THE PROBLEM:
Some entries follow. Reproduce exactly the lines starting at the one with "#41=EDGE_CURVE('',#30,#14,#40,.T.);" and stopping after the one with "#62=LINE('',#59,#61);".

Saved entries

Segment Open

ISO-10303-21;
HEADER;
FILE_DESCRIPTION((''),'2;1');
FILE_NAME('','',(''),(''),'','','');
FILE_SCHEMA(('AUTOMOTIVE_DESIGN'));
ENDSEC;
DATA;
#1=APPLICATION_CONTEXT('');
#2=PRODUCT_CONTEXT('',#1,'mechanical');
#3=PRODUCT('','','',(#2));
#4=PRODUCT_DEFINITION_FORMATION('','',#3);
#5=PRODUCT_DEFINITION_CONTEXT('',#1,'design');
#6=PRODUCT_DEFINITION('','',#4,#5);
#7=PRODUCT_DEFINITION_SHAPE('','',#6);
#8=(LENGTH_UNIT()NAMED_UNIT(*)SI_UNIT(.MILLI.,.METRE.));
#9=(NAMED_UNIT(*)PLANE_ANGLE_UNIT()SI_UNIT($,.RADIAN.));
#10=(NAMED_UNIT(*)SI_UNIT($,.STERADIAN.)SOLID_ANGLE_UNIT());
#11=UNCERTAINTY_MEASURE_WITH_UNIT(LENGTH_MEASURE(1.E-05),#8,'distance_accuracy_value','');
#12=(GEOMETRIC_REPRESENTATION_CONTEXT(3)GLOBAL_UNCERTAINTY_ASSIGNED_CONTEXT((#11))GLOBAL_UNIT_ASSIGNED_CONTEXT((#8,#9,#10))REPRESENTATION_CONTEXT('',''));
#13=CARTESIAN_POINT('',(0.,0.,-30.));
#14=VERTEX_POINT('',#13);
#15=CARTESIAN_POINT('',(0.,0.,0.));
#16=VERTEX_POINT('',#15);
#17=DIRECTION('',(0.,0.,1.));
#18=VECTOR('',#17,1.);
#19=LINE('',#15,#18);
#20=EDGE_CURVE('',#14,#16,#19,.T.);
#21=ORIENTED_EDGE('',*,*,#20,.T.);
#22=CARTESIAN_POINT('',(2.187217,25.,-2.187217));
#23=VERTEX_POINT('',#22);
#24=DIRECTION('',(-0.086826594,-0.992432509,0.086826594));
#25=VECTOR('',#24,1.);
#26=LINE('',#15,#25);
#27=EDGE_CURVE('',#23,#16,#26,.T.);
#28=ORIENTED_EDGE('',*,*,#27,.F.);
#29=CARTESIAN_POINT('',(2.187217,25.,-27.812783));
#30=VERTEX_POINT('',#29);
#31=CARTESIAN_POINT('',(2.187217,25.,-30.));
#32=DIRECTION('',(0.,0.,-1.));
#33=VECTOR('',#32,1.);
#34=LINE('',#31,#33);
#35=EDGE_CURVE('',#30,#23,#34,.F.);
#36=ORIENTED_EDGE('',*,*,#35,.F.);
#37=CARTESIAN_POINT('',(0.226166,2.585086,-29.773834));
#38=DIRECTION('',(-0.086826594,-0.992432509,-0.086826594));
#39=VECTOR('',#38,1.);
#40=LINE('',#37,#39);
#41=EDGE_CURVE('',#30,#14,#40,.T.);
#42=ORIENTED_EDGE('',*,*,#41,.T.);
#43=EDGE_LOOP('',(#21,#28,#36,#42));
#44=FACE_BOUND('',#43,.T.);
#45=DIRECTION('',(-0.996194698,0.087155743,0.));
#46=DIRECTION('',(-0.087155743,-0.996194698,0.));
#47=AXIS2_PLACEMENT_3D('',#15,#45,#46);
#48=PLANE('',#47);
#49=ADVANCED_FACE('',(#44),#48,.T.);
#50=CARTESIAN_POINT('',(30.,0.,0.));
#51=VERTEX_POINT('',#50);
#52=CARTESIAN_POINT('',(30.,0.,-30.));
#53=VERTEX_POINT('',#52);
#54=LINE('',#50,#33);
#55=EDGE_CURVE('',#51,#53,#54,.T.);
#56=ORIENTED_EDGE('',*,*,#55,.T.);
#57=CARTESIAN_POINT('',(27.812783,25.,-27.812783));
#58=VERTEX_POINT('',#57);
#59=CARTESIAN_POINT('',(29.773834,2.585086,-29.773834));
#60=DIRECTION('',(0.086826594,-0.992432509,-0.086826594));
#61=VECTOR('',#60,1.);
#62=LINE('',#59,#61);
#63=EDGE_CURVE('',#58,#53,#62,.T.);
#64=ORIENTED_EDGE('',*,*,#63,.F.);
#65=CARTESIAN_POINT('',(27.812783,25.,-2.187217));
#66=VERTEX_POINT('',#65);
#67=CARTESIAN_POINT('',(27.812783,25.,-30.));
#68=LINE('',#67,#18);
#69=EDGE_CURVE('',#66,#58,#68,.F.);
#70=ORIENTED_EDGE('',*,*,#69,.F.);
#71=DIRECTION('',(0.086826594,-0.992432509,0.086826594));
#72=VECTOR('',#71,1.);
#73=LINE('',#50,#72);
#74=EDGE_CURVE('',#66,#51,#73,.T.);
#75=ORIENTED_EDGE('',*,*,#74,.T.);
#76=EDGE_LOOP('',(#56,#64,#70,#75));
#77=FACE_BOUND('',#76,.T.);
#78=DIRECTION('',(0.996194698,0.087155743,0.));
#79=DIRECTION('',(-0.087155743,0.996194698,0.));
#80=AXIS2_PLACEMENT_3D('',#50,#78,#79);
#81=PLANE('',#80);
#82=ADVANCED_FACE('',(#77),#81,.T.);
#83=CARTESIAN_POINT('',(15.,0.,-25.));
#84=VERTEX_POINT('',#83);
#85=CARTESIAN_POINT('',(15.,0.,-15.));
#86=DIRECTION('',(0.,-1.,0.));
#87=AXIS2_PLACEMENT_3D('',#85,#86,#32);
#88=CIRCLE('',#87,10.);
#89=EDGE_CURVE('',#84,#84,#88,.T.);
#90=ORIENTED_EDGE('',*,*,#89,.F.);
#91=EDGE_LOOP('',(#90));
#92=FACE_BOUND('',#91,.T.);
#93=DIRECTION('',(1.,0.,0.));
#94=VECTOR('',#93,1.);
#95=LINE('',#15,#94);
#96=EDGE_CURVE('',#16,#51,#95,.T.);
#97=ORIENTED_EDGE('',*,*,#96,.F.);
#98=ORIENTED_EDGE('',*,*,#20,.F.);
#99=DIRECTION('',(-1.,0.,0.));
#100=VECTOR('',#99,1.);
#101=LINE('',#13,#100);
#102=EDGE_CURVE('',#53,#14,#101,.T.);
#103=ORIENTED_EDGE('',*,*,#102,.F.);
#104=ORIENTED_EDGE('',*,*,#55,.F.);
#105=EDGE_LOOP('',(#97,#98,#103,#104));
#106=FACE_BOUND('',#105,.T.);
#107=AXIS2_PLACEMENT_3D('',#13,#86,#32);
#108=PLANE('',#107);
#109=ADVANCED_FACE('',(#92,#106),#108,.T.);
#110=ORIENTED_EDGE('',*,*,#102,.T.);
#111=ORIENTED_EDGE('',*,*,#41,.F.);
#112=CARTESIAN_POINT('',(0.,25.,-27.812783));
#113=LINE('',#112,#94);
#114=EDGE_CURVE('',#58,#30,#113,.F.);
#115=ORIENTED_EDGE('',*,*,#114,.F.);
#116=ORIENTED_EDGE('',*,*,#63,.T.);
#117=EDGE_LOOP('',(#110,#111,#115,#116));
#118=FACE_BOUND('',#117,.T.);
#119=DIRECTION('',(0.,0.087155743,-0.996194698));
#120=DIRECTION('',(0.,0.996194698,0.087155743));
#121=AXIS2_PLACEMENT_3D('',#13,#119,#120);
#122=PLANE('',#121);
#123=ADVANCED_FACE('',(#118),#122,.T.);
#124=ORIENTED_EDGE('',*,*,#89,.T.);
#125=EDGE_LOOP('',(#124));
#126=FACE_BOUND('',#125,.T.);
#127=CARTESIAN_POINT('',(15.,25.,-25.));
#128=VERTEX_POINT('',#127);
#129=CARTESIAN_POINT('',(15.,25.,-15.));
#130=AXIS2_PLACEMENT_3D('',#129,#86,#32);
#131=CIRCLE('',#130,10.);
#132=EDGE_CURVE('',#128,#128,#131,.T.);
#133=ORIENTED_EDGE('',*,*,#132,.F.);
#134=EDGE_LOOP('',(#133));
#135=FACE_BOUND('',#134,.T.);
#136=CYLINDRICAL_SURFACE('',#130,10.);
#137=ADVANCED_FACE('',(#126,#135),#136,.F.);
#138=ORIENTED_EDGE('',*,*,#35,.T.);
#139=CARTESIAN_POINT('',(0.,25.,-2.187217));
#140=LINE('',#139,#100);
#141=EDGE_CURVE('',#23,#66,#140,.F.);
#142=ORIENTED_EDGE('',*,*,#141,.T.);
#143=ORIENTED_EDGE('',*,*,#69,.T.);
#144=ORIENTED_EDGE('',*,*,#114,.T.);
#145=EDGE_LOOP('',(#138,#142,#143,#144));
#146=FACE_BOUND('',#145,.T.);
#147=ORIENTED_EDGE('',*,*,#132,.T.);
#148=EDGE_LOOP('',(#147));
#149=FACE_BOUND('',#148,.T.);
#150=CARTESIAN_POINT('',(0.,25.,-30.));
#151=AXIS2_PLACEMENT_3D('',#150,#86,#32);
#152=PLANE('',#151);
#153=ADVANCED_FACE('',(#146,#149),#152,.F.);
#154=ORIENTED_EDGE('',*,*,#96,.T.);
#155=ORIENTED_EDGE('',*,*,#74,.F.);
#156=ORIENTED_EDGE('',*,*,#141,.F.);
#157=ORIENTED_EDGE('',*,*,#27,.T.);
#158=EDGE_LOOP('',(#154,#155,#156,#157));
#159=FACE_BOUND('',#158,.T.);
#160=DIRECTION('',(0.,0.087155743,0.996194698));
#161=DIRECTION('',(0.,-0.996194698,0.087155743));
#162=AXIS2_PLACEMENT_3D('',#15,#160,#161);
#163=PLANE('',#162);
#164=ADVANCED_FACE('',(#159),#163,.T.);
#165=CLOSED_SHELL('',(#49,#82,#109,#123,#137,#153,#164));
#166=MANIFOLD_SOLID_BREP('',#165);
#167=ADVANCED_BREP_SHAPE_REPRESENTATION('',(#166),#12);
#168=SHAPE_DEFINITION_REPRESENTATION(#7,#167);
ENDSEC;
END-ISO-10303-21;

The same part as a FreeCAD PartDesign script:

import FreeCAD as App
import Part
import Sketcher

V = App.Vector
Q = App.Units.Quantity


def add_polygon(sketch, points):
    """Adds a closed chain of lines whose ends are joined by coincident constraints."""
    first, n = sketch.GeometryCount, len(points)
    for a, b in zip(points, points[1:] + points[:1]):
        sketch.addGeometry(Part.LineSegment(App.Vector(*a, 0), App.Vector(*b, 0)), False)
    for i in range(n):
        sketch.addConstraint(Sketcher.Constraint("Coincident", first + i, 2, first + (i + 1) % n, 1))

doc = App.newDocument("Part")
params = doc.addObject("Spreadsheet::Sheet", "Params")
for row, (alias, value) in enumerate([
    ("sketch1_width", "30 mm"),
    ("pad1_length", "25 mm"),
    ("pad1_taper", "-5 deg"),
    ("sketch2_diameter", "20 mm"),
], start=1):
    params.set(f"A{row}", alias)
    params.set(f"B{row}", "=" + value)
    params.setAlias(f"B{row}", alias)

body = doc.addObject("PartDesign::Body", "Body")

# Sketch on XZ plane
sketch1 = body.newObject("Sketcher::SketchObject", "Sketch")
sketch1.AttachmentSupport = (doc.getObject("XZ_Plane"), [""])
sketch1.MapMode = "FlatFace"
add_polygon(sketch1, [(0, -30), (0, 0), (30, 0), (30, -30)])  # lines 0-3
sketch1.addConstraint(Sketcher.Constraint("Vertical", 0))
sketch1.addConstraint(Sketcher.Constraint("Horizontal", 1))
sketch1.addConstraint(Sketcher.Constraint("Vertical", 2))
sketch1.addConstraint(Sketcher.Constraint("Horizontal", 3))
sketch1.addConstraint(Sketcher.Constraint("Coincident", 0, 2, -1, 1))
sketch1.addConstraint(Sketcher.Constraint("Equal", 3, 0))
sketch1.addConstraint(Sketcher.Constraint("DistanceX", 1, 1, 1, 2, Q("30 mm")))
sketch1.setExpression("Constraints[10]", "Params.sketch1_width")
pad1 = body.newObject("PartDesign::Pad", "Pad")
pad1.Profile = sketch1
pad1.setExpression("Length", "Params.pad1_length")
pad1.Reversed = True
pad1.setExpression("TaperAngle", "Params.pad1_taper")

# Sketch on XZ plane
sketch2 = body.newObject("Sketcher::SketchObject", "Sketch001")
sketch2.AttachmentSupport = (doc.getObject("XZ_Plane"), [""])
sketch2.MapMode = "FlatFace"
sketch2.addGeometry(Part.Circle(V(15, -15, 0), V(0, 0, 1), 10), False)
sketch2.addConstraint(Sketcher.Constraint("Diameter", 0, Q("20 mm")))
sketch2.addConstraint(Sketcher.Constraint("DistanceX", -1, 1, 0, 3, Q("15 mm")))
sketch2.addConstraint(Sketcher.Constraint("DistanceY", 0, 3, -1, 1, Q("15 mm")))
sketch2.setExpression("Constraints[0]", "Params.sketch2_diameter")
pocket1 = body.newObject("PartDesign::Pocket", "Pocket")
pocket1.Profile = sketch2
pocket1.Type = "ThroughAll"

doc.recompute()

Segment Closed

ANSWER TO THIS TASK:
#41=EDGE_CURVE('',#30,#14,#40,.T.);
#42=ORIENTED_EDGE('',*,*,#41,.T.);
#43=EDGE_LOOP('',(#21,#28,#36,#42));
#44=FACE_BOUND('',#43,.T.);
#45=DIRECTION('',(-0.996194698,0.087155743,0.));
#46=DIRECTION('',(-0.087155743,-0.996194698,0.));
#47=AXIS2_PLACEMENT_3D('',#15,#45,#46);
#48=PLANE('',#47);
#49=ADVANCED_FACE('',(#44),#48,.T.);
#50=CARTESIAN_POINT('',(30.,0.,0.));
#51=VERTEX_POINT('',#50);
#52=CARTESIAN_POINT('',(30.,0.,-30.));
#53=VERTEX_POINT('',#52);
#54=LINE('',#50,#33);
#55=EDGE_CURVE('',#51,#53,#54,.T.);
#56=ORIENTED_EDGE('',*,*,#55,.T.);
#57=CARTESIAN_POINT('',(27.812783,25.,-27.812783));
#58=VERTEX_POINT('',#57);
#59=CARTESIAN_POINT('',(29.773834,2.585086,-29.773834));
#60=DIRECTION('',(0.086826594,-0.992432509,-0.086826594));
#61=VECTOR('',#60,1.);
#62=LINE('',#59,#61);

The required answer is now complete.